Personally, I would be love MS to implement some kind of package functionality as I think it makes for a cleaner database.


Solution:5

3) The best argument against oracle packages is that based on experience and research on the Ask Tom site, one can't update a package without taking it off line. This is unacceptable. With SQL Server, we can update stored procedures on the fly, without interrupting production operation.

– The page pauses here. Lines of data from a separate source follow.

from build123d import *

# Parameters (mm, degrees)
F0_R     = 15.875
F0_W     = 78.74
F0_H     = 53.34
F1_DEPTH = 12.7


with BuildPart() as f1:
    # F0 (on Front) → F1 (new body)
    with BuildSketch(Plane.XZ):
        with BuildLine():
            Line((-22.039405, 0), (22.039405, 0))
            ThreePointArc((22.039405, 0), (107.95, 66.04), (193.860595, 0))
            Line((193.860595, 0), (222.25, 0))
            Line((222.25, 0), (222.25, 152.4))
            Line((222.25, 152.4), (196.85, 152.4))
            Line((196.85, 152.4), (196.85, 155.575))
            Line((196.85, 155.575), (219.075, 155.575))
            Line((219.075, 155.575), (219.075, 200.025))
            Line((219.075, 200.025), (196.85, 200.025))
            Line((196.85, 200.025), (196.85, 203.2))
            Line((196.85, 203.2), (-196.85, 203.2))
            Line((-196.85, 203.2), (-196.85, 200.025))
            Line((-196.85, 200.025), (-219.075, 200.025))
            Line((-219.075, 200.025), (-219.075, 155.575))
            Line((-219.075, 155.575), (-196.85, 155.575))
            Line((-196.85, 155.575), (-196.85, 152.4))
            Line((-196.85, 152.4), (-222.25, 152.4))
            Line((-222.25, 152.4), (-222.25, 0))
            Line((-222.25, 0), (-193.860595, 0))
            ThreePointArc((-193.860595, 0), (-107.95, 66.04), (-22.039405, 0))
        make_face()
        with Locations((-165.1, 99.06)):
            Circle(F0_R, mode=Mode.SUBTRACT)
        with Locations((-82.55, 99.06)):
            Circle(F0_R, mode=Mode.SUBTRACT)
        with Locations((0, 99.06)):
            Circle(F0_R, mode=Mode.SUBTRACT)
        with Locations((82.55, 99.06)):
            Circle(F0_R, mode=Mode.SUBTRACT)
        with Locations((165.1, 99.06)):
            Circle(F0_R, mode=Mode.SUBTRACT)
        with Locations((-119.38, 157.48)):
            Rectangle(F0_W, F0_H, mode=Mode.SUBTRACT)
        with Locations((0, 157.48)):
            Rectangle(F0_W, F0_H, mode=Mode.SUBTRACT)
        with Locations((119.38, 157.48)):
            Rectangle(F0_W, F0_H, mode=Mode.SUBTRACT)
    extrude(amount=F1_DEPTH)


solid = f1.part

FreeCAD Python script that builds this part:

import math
import FreeCAD as App
import Part
import Sketcher
from FreeCAD import Vector
Q = App.Units.Quantity

doc = App.newDocument("Part")
params = doc.addObject("Spreadsheet::Sheet", "Params")
for row, (alias, value) in enumerate([
    ("sketch1_radius", "3.5 in"),
    ("sketch1_diameter", "1.25 in"),
    ("sketch1_width", "1 in"),
    ("sketch1_height", "6 in"),
    ("sketch1_width2", "15.5 in"),
    ("pad1_length", "0.5 in"),
], start=1):
    params.set(f"A{row}", alias)
    params.set(f"B{row}", "=" + value)
    params.setAlias(f"B{row}", alias)

body = doc.addObject("PartDesign::Body", "Body")

# Sketch on XZ plane
sketch1 = body.newObject("Sketcher::SketchObject", "Sketch")
sketch1.AttachmentSupport = (doc.getObject("XZ_Plane"), [""])
sketch1.MapMode = "FlatFace"
sketch1.addGeometry([
    Part.LineSegment(Vector(-22, 0, 0), Vector(22, 0, 0)),  # 0
    Part.ArcOfCircle(Part.Circle(Vector(108, -22.9, 0), Vector(0, 0, 1), 88.9), math.radians(15), math.radians(165)),  # 1
    Part.LineSegment(Vector(193.9, 0, 0), Vector(222.2, 0, 0)),  # 2
    Part.LineSegment(Vector(222.2, 0, 0), Vector(222.2, 152.4, 0)),  # 3
    Part.LineSegment(Vector(222.2, 152.4, 0), Vector(196.8, 152.4, 0)),  # 4
    Part.LineSegment(Vector(196.8, 152.4, 0), Vector(196.8, 155.6, 0)),  # 5
    Part.LineSegment(Vector(196.8, 155.6, 0), Vector(219.1, 155.6, 0)),  # 6
    Part.LineSegment(Vector(219.1, 155.6, 0), Vector(219.1, 200, 0)),  # 7
    Part.LineSegment(Vector(219.1, 200, 0), Vector(196.8, 200, 0)),  # 8
    Part.LineSegment(Vector(196.8, 200, 0), Vector(196.8, 203.2, 0)),  # 9
    Part.LineSegment(Vector(196.8, 203.2, 0), Vector(-196.8, 203.2, 0)),  # 10
    Part.LineSegment(Vector(-196.8, 203.2, 0), Vector(-196.8, 200, 0)),  # 11
    Part.LineSegment(Vector(-196.8, 200, 0), Vector(-219.1, 200, 0)),  # 12
    Part.LineSegment(Vector(-219.1, 200, 0), Vector(-219.1, 155.6, 0)),  # 13
    Part.LineSegment(Vector(-219.1, 155.6, 0), Vector(-196.8, 155.6, 0)),  # 14
    Part.LineSegment(Vector(-196.8, 155.6, 0), Vector(-196.8, 152.4, 0)),  # 15
    Part.LineSegment(Vector(-196.8, 152.4, 0), Vector(-222.2, 152.4, 0)),  # 16
    Part.LineSegment(Vector(-222.2, 152.4, 0), Vector(-222.2, 0, 0)),  # 17
    Part.LineSegment(Vector(-222.2, 0, 0), Vector(-193.9, 0, 0)),  # 18
    Part.ArcOfCircle(Part.Circle(Vector(-108, -22.9, 0), Vector(0, 0, 1), 88.9), math.radians(15), math.radians(165)),  # 19
    Part.Circle(Vector(-165.1, 99.1, 0), Vector(0, 0, 1), 15.9),  # 20
    Part.Circle(Vector(-82.5, 99.1, 0), Vector(0, 0, 1), 15.9),  # 21
    Part.Circle(Vector(0, 99.1, 0), Vector(0, 0, 1), 15.9),  # 22
    Part.Circle(Vector(82.5, 99.1, 0), Vector(0, 0, 1), 15.9),  # 23
    Part.Circle(Vector(165.1, 99.1, 0), Vector(0, 0, 1), 15.9),  # 24
    Part.LineSegment(Vector(-80, 130.8, 0), Vector(-158.8, 130.8, 0)),  # 25
    Part.LineSegment(Vector(-158.8, 130.8, 0), Vector(-158.8, 184.2, 0)),  # 26
    Part.LineSegment(Vector(-158.8, 184.2, 0), Vector(-80, 184.2, 0)),  # 27
    Part.LineSegment(Vector(-80, 184.2, 0), Vector(-80, 130.8, 0)),  # 28
    Part.LineSegment(Vector(39.4, 130.8, 0), Vector(-39.4, 130.8, 0)),  # 29
    Part.LineSegment(Vector(-39.4, 130.8, 0), Vector(-39.4, 184.2, 0)),  # 30
    Part.LineSegment(Vector(-39.4, 184.2, 0), Vector(39.4, 184.2, 0)),  # 31
    Part.LineSegment(Vector(39.4, 184.2, 0), Vector(39.4, 130.8, 0)),  # 32
    Part.LineSegment(Vector(158.8, 130.8, 0), Vector(80, 130.8, 0)),  # 33
    Part.LineSegment(Vector(80, 130.8, 0), Vector(80, 184.2, 0)),  # 34
    Part.LineSegment(Vector(80, 184.2, 0), Vector(158.8, 184.2, 0)),  # 35
    Part.LineSegment(Vector(158.8, 184.2, 0), Vector(158.8, 130.8, 0)),  # 36
], False)
sketch1.addConstraint([
    Sketcher.Constraint("Coincident", 0, 2, 1, 2),
    Sketcher.Constraint("Coincident", 1, 1, 2, 1),
    Sketcher.Constraint("Coincident", 2, 2, 3, 1),
    Sketcher.Constraint("Coincident", 3, 2, 4, 1),
    Sketcher.Constraint("Coincident", 4, 2, 5, 1),
    Sketcher.Constraint("Coincident", 5, 2, 6, 1),
    Sketcher.Constraint("Coincident", 6, 2, 7, 1),
    Sketcher.Constraint("Coincident", 7, 2, 8, 1),
    Sketcher.Constraint("Coincident", 8, 2, 9, 1),
    Sketcher.Constraint("Coincident", 9, 2, 10, 1),
    Sketcher.Constraint("Coincident", 10, 2, 11, 1),
    Sketcher.Constraint("Coincident", 11, 2, 12, 1),
    Sketcher.Constraint("Coincident", 12, 2, 13, 1),
    Sketcher.Constraint("Coincident", 13, 2, 14, 1),
    Sketcher.Constraint("Coincident", 14, 2, 15, 1),
    Sketcher.Constraint("Coincident", 15, 2, 16, 1),
    Sketcher.Constraint("Coincident", 16, 2, 17, 1),
    Sketcher.Constraint("Coincident", 17, 2, 18, 1),
    Sketcher.Constraint("Coincident", 18, 2, 19, 2),
    Sketcher.Constraint("Coincident", 19, 1, 0, 1),
    Sketcher.Constraint("Coincident", 25, 2, 26, 1),
    Sketcher.Constraint("Coincident", 26, 2, 27, 1),
    Sketcher.Constraint("Coincident", 27, 2, 28, 1),
    Sketcher.Constraint("Coincident", 28, 2, 25, 1),
    Sketcher.Constraint("Coincident", 29, 2, 30, 1),
    Sketcher.Constraint("Coincident", 30, 2, 31, 1),
    Sketcher.Constraint("Coincident", 31, 2, 32, 1),
    Sketcher.Constraint("Coincident", 32, 2, 29, 1),
    Sketcher.Constraint("Coincident", 33, 2, 34, 1),
    Sketcher.Constraint("Coincident", 34, 2, 35, 1),
    Sketcher.Constraint("Coincident", 35, 2, 36, 1),
    Sketcher.Constraint("Coincident", 36, 2, 33, 1),
    Sketcher.Constraint("Horizontal", 0),
    Sketcher.Constraint("Horizontal", 2),
    Sketcher.Constraint("Vertical", 3),
    Sketcher.Constraint("Horizontal", 4),
    Sketcher.Constraint("Vertical", 5),
    Sketcher.Constraint("Horizontal", 6),
    Sketcher.Constraint("Vertical", 7),
    Sketcher.Constraint("Horizontal", 8),
    Sketcher.Constraint("Vertical", 9),
    Sketcher.Constraint("Horizontal", 10),
    Sketcher.Constraint("Vertical", 11),
    Sketcher.Constraint("Horizontal", 12),
    Sketcher.Constraint("Vertical", 13),
    Sketcher.Constraint("Horizontal", 14),
    Sketcher.Constraint("Vertical", 15),
    Sketcher.Constraint("Horizontal", 16),
    Sketcher.Constraint("Vertical", 17),
    Sketcher.Constraint("Horizontal", 18),
    Sketcher.Constraint("Horizontal", 25),
    Sketcher.Constraint("Vertical", 26),
    Sketcher.Constraint("Horizontal", 27),
    Sketcher.Constraint("Vertical", 28),
    Sketcher.Constraint("Horizontal", 29),
    Sketcher.Constraint("Vertical", 30),
    Sketcher.Constraint("Horizontal", 31),
    Sketcher.Constraint("Vertical", 32),
    Sketcher.Constraint("Horizontal", 33),
    Sketcher.Constraint("Vertical", 34),
    Sketcher.Constraint("Horizontal", 35),
    Sketcher.Constraint("Vertical", 36),
    Sketcher.Constraint("Equal", 1, 19),
    Sketcher.Constraint("Equal", 20, 21),
    Sketcher.Constraint("Equal", 21, 22),
    Sketcher.Constraint("Equal", 22, 23),
    Sketcher.Constraint("Equal", 23, 24),
    Sketcher.Constraint("Symmetric", 2, 2, 17, 2, -1, 1),
    Sketcher.Constraint("Symmetric", 0, 2, 19, 1, -1, 1),
    Sketcher.Constraint("Symmetric", 21, 3, 23, 3, -2),
    Sketcher.Constraint("Symmetric", 20, 3, 24, 3, -2),
    Sketcher.Constraint("Symmetric", 8, 2, 11, 2, -2),
    Sketcher.Constraint("Symmetric", 6, 2, 13, 2, -2),
    Sketcher.Constraint("Symmetric", 4, 2, 15, 2, -2),
    Sketcher.Constraint("Symmetric", 1, 1, 18, 2, -2),
    Sketcher.Constraint("Symmetric", 28, 2, 33, 2, -2),
    Sketcher.Constraint("Symmetric", 26, 2, 35, 2, -2),
    Sketcher.Constraint("PointOnObject", 22, 3, -2),
    Sketcher.Constraint("Horizontal", 20, 3, 21, 3),
    Sketcher.Constraint("Horizontal", 21, 3, 22, 3),
    Sketcher.Constraint("Horizontal", 28, 2, 29, 2),
    Sketcher.Constraint("Horizontal", 27, 2, 30, 2),
    Sketcher.Constraint("Vertical", 5, 2, 8, 2),
    Sketcher.Constraint("Equal", 27, 29),
    Sketcher.Constraint("Equal", 5, 9),
    Sketcher.Constraint("Radius", 1, Q("3.5 in")),
    Sketcher.Constraint("Diameter", 20, Q("1.25 in")),
    Sketcher.Constraint("DistanceX", 4, 2, 4, 1, Q("1 in")),
    Sketcher.Constraint("DistanceY", 3, 1, 3, 2, Q("6 in")),
    Sketcher.Constraint("DistanceX", 10, 2, 10, 1, Q("15.5 in")),
    Sketcher.Constraint("DistanceX", 25, 2, 25, 1, Q("3.1 in")),
    Sketcher.Constraint("DistanceY", 26, 1, 26, 2, Q("2.1 in")),
    Sketcher.Constraint("DistanceY", -1, 1, 9, 2, Q("8 in")),
    Sketcher.Constraint("DistanceX", 19, 3, 21, 3, Q("1 in")),
    Sketcher.Constraint("DistanceX", 10, 2, 23, 3, Q("11 in")),
    Sketcher.Constraint("DistanceY", 7, 1, 7, 2, Q("1.75 in")),
    Sketcher.Constraint("DistanceY", 1, 3, -1, 1, Q("0.9 in")),
    Sketcher.Constraint("DistanceX", 20, 3, -1, 1, Q("6.5 in")),
    Sketcher.Constraint("DistanceY", -1, 1, 20, 3, Q("3.9 in")),
    Sketcher.Constraint("DistanceX", 15, 2, 25, 2, Q("1.5 in")),
    Sketcher.Constraint("DistanceX", 28, 2, 29, 2, Q("1.6 in")),
    Sketcher.Constraint("DistanceX", 6, 1, 6, 2, Q("0.875 in")),
    Sketcher.Constraint("DistanceY", -1, 1, 25, 2, Q("5.15 in")),
])
sketch1.setExpression("Constraints[85]", "Params.sketch1_radius")
sketch1.setExpression("Constraints[86]", "Params.sketch1_diameter")
sketch1.setExpression("Constraints[87]", "Params.sketch1_width")
sketch1.setExpression("Constraints[88]", "Params.sketch1_height")
sketch1.setExpression("Constraints[89]", "Params.sketch1_width2")
pad1 = body.newObject("PartDesign::Pad", "Pad")
pad1.Profile = sketch1
pad1.setExpression("Length", "Params.pad1_length")

doc.recompute()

I understand the frustration of this statement, but I would not call id "unacceptable". In a true production environment, changes should never be tested in production. Updates should be moved from a test environment to production in a scheduled and orderly manner. In a 24/7 system, then redundant production environment should handle down time while servers are updated. Not only does the package have to be taken off line, but the new package, if not compiled, will fail when placed back on line. There is a DBA element required for Oracle databases. However, I do miss the Oracle packages.


Solution:6

One additional feature of packages that was not mentioned is the ability to 'wrap' the body. The header is always public and can be viewed by anyone with permissions to execute the package. But that also allows them to view the code in the body. You can wrap the body, encrypting it, and prevent anyone from seeing what the code is actually doing. Its a nice feature where security is a big issue.


Solution:7

1) Like people have said, Schema's are a more logical and ANSI compliant way to organize database tables and procedures.

2) Software engineering best practices are that we should never make a change directly on any server. Since all database sprocs are scripted and under configuration control, we can arrange those scripts into any folder structure we want.

3) The best argument against oracle packages is that based on experience and research on the Ask Tom site, one can't update a package without taking it off line. This is unacceptable. With SQL Server, we can update stored procedures on the fly, without interrupting production operation.

Update: WeMartin, you say "In a true production environment, changes should never be tested in production. Updates should be moved from a test environment to production in a scheduled and orderly manner. In a 24/7 system, then redundant production environment should handle down time while servers are updated".

I'm not at all implying that ANY changes are tested in production. Even if Changes are tested on 9 lower develop environments, these now completely and thoroughly tested changes will need to be deployed to the production server. At that point, using Oracle packages, the production server has to be brought down in all cases, even for minor sproc changes.


Solution:8

I would thank my lucky stars that SQL Server doesn't have packages. Oracle packages suck.

Hmm, we need a way to take all these procedures and put them in one place. I know! Let's make developers create and maintain two files for each package. They will love us forever!

As long as MS never implements packages like Oracle did, it'll be a win in my book.

EDIT for commenters:

Oracle Packages are simply a way to organize your stored procedures into, well, packages so that you don't have 100 stored procedures sitting around, but maybe 5 packages. They're not stackable like packages in Java or C# code. All packages are at the same level.

A package requires two files: the headers file and the body file. This creates frustration when adding new procedures to an existing package, because you cannot add the body without adding the header, even though it contains the exact same information as is in the body.

For example, here is a snippet from the header file of one of my packages:

    PROCEDURE bulk_approve_events  (      i_last_updated_by IN VARCHAR2,      o_event OUT NUMBER  );  

And here's the corresponding procedure in the body:

    PROCEDURE bulk_approve_events  (      i_last_updated_by IN VARCHAR2,      o_event OUT NUMBER  ) IS  ...  BEGIN  ...  END;  

No difference. The header file is useless and is simply another hurdle for the developer to step over when developing with packages. On my project, we have a convention that all the commented documentation for each procedure goes in the header, along with the details of when it was added and by whom, but that could just as easily be included in the body.